L = \frac{log n - log α}{log 2}

(7)

markers. Although this applies precisely only in the case of F2 hybrids and diagnostic markers, it might be taken as a rule of thumb in the absence of other criteria. In the case of the Ensatina data with 46 putative hybrids and three markers, we might expect 5.75 false F1’s and would have wanted 10 markers to keep the error rate near 5%.

Results and Discussion

Evolution of ancestry and heterozygosity in admixed populations

Figure 2 shows S and H_I from a single random simulation for N = 100 with 100 diagnostic codominant markers. The case is typical in showing clear genotypic clusters corresponding to parentals, F1’s, F2’s, and backcrosses in the first two generations, followed by a few generations with high variance of S, effectively looking like a continuum between backcross-like and F2-like genotypes (0.25 < S < 0.75, H_I near 0.5). By N/10 generations almost all individuals are clustered around S = H_I= 0.5, and the population slowly becomes more homozygous as alleles are lost by drift (S remains roughly constant while H_I declines toward zero).

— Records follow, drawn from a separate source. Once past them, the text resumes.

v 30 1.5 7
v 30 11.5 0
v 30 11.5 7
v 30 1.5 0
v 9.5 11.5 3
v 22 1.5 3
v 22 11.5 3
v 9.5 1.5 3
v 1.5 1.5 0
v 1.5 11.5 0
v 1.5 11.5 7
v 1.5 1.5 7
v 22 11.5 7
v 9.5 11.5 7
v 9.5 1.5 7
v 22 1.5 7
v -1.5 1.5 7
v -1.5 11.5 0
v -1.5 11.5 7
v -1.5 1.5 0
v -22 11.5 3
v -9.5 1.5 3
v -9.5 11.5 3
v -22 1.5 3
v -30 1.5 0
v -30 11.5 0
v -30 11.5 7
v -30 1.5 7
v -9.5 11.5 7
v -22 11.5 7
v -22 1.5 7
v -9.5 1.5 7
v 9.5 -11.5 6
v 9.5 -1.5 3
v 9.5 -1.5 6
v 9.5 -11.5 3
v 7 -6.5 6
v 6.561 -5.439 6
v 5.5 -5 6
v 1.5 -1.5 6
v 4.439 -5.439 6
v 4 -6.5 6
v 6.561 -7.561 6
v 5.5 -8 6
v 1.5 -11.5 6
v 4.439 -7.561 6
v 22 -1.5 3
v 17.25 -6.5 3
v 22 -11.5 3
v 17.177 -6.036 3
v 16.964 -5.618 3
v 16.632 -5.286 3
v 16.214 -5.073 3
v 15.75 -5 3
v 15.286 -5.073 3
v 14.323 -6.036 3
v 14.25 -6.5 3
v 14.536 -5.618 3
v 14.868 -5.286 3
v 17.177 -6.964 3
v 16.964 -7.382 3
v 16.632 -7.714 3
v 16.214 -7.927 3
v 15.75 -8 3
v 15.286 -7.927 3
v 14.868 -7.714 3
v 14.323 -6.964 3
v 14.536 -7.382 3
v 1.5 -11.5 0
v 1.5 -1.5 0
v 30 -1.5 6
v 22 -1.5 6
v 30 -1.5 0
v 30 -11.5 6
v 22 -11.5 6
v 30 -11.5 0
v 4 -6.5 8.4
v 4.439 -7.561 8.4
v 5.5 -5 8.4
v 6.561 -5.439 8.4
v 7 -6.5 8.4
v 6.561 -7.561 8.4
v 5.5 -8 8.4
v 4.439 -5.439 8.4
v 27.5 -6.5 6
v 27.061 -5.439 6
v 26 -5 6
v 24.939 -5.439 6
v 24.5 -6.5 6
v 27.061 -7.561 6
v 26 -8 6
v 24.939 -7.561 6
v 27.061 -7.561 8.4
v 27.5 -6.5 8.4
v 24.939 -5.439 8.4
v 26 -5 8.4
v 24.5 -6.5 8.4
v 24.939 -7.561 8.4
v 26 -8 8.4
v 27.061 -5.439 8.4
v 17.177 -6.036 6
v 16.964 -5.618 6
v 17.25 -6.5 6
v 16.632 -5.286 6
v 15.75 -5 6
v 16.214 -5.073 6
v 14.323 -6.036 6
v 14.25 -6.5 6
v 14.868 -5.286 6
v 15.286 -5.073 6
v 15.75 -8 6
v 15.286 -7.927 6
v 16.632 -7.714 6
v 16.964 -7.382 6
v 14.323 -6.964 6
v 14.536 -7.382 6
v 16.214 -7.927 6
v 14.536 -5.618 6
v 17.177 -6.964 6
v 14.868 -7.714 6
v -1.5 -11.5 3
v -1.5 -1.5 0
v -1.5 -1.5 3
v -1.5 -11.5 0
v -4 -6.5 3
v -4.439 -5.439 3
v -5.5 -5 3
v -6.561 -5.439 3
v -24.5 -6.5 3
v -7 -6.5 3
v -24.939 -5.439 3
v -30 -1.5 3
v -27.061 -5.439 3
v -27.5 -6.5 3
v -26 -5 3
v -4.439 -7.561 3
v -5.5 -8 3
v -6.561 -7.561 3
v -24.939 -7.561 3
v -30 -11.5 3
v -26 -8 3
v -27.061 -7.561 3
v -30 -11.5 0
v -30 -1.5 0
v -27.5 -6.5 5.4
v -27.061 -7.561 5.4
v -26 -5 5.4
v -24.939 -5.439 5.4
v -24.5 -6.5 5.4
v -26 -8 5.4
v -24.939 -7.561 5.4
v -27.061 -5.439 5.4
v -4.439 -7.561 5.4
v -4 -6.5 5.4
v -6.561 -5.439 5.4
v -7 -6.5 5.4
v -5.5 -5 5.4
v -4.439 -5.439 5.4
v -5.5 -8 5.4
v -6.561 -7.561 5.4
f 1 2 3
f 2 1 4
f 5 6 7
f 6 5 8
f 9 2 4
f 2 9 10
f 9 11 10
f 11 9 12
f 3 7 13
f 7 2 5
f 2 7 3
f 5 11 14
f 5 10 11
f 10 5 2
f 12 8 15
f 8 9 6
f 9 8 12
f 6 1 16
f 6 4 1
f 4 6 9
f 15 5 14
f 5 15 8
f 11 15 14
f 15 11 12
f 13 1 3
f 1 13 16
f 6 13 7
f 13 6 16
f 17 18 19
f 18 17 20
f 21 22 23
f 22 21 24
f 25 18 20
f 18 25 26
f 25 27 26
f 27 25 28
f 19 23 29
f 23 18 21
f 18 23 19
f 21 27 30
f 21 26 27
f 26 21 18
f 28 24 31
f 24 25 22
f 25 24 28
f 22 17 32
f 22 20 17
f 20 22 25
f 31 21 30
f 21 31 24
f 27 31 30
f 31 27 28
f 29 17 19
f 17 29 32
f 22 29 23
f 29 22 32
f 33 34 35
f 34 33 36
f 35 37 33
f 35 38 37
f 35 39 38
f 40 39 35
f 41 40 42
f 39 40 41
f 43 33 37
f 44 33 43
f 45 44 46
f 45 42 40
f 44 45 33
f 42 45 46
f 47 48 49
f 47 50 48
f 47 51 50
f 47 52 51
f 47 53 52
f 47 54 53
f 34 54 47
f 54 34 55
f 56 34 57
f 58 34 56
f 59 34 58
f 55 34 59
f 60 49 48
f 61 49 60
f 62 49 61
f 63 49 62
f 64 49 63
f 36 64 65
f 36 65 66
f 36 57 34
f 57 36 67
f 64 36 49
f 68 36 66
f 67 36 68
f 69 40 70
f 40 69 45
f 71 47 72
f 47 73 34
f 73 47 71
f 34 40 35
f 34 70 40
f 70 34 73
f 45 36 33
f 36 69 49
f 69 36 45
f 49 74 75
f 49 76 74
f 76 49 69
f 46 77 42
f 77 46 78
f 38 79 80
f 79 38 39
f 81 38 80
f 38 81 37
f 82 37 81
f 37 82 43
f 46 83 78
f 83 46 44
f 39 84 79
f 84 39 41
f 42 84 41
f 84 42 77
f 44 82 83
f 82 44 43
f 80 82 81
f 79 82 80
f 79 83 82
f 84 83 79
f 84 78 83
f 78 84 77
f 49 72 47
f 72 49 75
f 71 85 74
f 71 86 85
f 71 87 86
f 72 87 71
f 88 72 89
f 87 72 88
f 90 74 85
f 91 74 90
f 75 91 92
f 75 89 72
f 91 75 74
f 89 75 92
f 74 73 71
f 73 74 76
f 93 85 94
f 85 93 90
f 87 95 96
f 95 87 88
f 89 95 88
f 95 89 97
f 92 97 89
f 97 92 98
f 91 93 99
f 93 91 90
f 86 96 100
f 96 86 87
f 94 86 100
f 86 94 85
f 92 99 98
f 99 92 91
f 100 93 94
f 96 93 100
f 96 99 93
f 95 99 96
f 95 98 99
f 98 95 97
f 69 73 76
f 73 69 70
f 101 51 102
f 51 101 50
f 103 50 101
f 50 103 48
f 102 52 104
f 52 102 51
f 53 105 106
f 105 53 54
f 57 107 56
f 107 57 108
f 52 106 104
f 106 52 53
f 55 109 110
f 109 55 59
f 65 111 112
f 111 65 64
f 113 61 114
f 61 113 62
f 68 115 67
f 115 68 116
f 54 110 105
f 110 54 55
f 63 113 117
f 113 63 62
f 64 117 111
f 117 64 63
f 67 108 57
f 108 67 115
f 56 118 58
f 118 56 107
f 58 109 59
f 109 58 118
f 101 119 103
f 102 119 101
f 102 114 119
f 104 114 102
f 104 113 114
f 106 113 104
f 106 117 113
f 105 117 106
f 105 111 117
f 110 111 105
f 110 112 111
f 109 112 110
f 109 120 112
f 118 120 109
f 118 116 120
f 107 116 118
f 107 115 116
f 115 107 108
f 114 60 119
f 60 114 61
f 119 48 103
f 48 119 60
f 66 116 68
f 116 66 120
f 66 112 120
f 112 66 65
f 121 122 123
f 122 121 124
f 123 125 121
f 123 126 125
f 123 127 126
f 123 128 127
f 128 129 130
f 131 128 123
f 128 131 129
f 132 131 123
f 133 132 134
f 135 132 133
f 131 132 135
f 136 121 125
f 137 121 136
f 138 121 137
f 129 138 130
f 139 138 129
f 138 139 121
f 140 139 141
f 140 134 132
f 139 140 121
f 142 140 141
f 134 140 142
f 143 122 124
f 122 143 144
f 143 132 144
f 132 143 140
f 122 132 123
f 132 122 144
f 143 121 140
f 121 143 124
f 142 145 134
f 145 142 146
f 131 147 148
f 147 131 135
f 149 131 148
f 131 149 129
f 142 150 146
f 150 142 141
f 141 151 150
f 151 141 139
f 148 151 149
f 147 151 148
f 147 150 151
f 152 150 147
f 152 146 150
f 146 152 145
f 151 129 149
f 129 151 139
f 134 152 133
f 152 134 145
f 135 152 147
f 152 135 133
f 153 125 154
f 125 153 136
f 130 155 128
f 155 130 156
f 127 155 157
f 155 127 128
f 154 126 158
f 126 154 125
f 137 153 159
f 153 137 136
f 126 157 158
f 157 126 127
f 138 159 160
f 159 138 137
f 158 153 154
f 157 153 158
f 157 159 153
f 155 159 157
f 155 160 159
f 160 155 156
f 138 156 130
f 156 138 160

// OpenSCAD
// file: clamp_common.scad
strip_width = 12.5;
strip_thickness = 4;

pad_width = 8;
length = 10;

base_width = strip_width + 2*pad_width;
base_length = length;
base_thickness = 3;
base_size = [base_width, base_length, base_thickness];

plate_thickness = 3;
plate_hole_radius = 1.5;

pin_radius_base = 1.5;
// file: back_top.scad
include <clamp_common.scad>;

module back_top() {

translate(v=[-base_width/2, -base_length/2, 0]) {
	cube(size=base_size);
}

module pin() {
	pin_height = base_thickness - 0.6; // 0.6mm spacing/tolerance
	pin_radius = pin_radius_base; // 3mm hole
	cylinder($fn=8, h=pin_height, r=pin_radius);
}


module left_pin() {
	translate(v=[-base_width/2+pad_width/2, 0, base_thickness]) {
		translate(v=[0, 0, plate_thickness/2]) {
			cube(size=[pad_width, base_length, plate_thickness], center=true);
		}
		translate(v=[0, 0, plate_thickness]) {pin();}
	}
}

left_pin();
mirror(v=[1,0,0]) {
	left_pin();
}

translate(v=[0, 0, base_thickness]) {
	cylinder($fn=20, h=plate_thickness, r=plate_hole_radius);
}

}
// file: back_bottom.scad
include <clamp_common.scad>;


module back_bottom() {

translate(v=[-base_width/2, -base_length/2, 0]) {
	cube(size=base_size);
}

module pin() {
	pin_height = base_thickness - 0.6; // 0.6mm spacing/tolerance
	pin_radius = pin_radius_base; // 3mm hole
	cylinder($fn=8, h=pin_height, r=pin_radius);
}


module left_pin() {
	translate(v=[-base_width/2+pad_width/2, 0, base_thickness]) {pin();}
}

left_pin();
mirror(v=[1,0,0]) {
	left_pin();
}

}
// file: front.scad
include <clamp_common.scad>;

module front() {

epsilon = 2;

translate(v=[-base_width/2, -base_length/2, 0]) {
	cube(size=base_size);
}

module pin() {
	pin_height = plate_thickness;
	pin_radius = pin_radius_base+0.3; // 3mm hole, plus tolerance
	cylinder($fn=8, h=pin_height+epsilon, r=pin_radius);
}


module left_pad() {
	translate(v=[-base_width/2+pad_width/2, 0, base_thickness]) {
		difference() {
			translate(v=[0, 0, strip_thickness/2]) {
				cube(size=[pad_width, base_length, strip_thickness], center=true);
			}
			%pin();
		}
	}
}

left_pad();
mirror(v=[1,0,0]) {
	left_pad();
}

}
// main file
include <front.scad>;
include <back_bottom.scad>;
include <back_top.scad>;

split = 3;

translate(v=[(base_width+split)/2, (base_length+split)/2, 0]) {front();}
translate(v=[-(base_width+split)/2, (base_length+split)/2, 0]) {front();}
translate(v=[(base_width+split)/2, -(base_length+split)/2, 0]) {back_top();}
translate(v=[-(base_width+split)/2, -(base_length+split)/2, 0]) {back_bottom();}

Figure 4 illustrates the effect of ongoing immigration from parental gene pools. With N = 100 and m = 0.10, a stationary distribution was reached at generation 3. The distribution fluctuates from generation to generation, but a wide range is consistently observed. With lower immigration (Nm ≤ 1), results were similar to the no-gene-flow scenario in Figure 2, but H_I remained moderate instead of dropping toward zero. With Nm = 1, the population settled in a steady state similar to t = 50 or t = 100 in Figure 2.

The same basic patterns can be seen when the loci are not entirely diagnostic (e.g., parental allele frequencies of 0.9 vs 0.1). However, when estimates were based on fewer markers, or less informative markers, it was often impossible to discern discrete genotype clusters by generation 2 (e.g., see Figures 5 and 6).

Codominant markers

Maximum likelihood estimates of S and H_Iappear consistent and unbiased for known codominant genotypes (Figure 5). Precision depends on the number of markers and how ancestry-informative they are (how different the known parental allele frequencies are). The simplicity of the triangular sample space makes it easy to visualize the likelihood surface for any individual and get a feel for the uncertainty around an estimate. Figure 5 illustrates that a large number of highly informative markers are needed for precise inference about any single genotype.

Dominant markers

Maximizing the log-likelihood for dominant markers also gives unbiased estimates of S and H_I(Figure 6). With the inherently lower information content of dominant markers, more markers are needed for precision, as seen in other methodological studies [24, 60, 61]. These markers are less informative about heterozygosity, hence the oval ellipses in Figure 6. The method works well as long there is a mixture of loci for which the dominant allele is more common in ancestral species 1 and other loci for which the dominant allele is more common in ancestral species 2. The validity of the estimates depend on the validity of homozygous recessive genotypes as information about p₁₁ and p₂₂. If, for example, the absence of PCR product or particular band on a gel cannot be interpreted as a homozygous recessive genotype, the marker system should not be used for this or any other method relying on typical population genetic assumptions.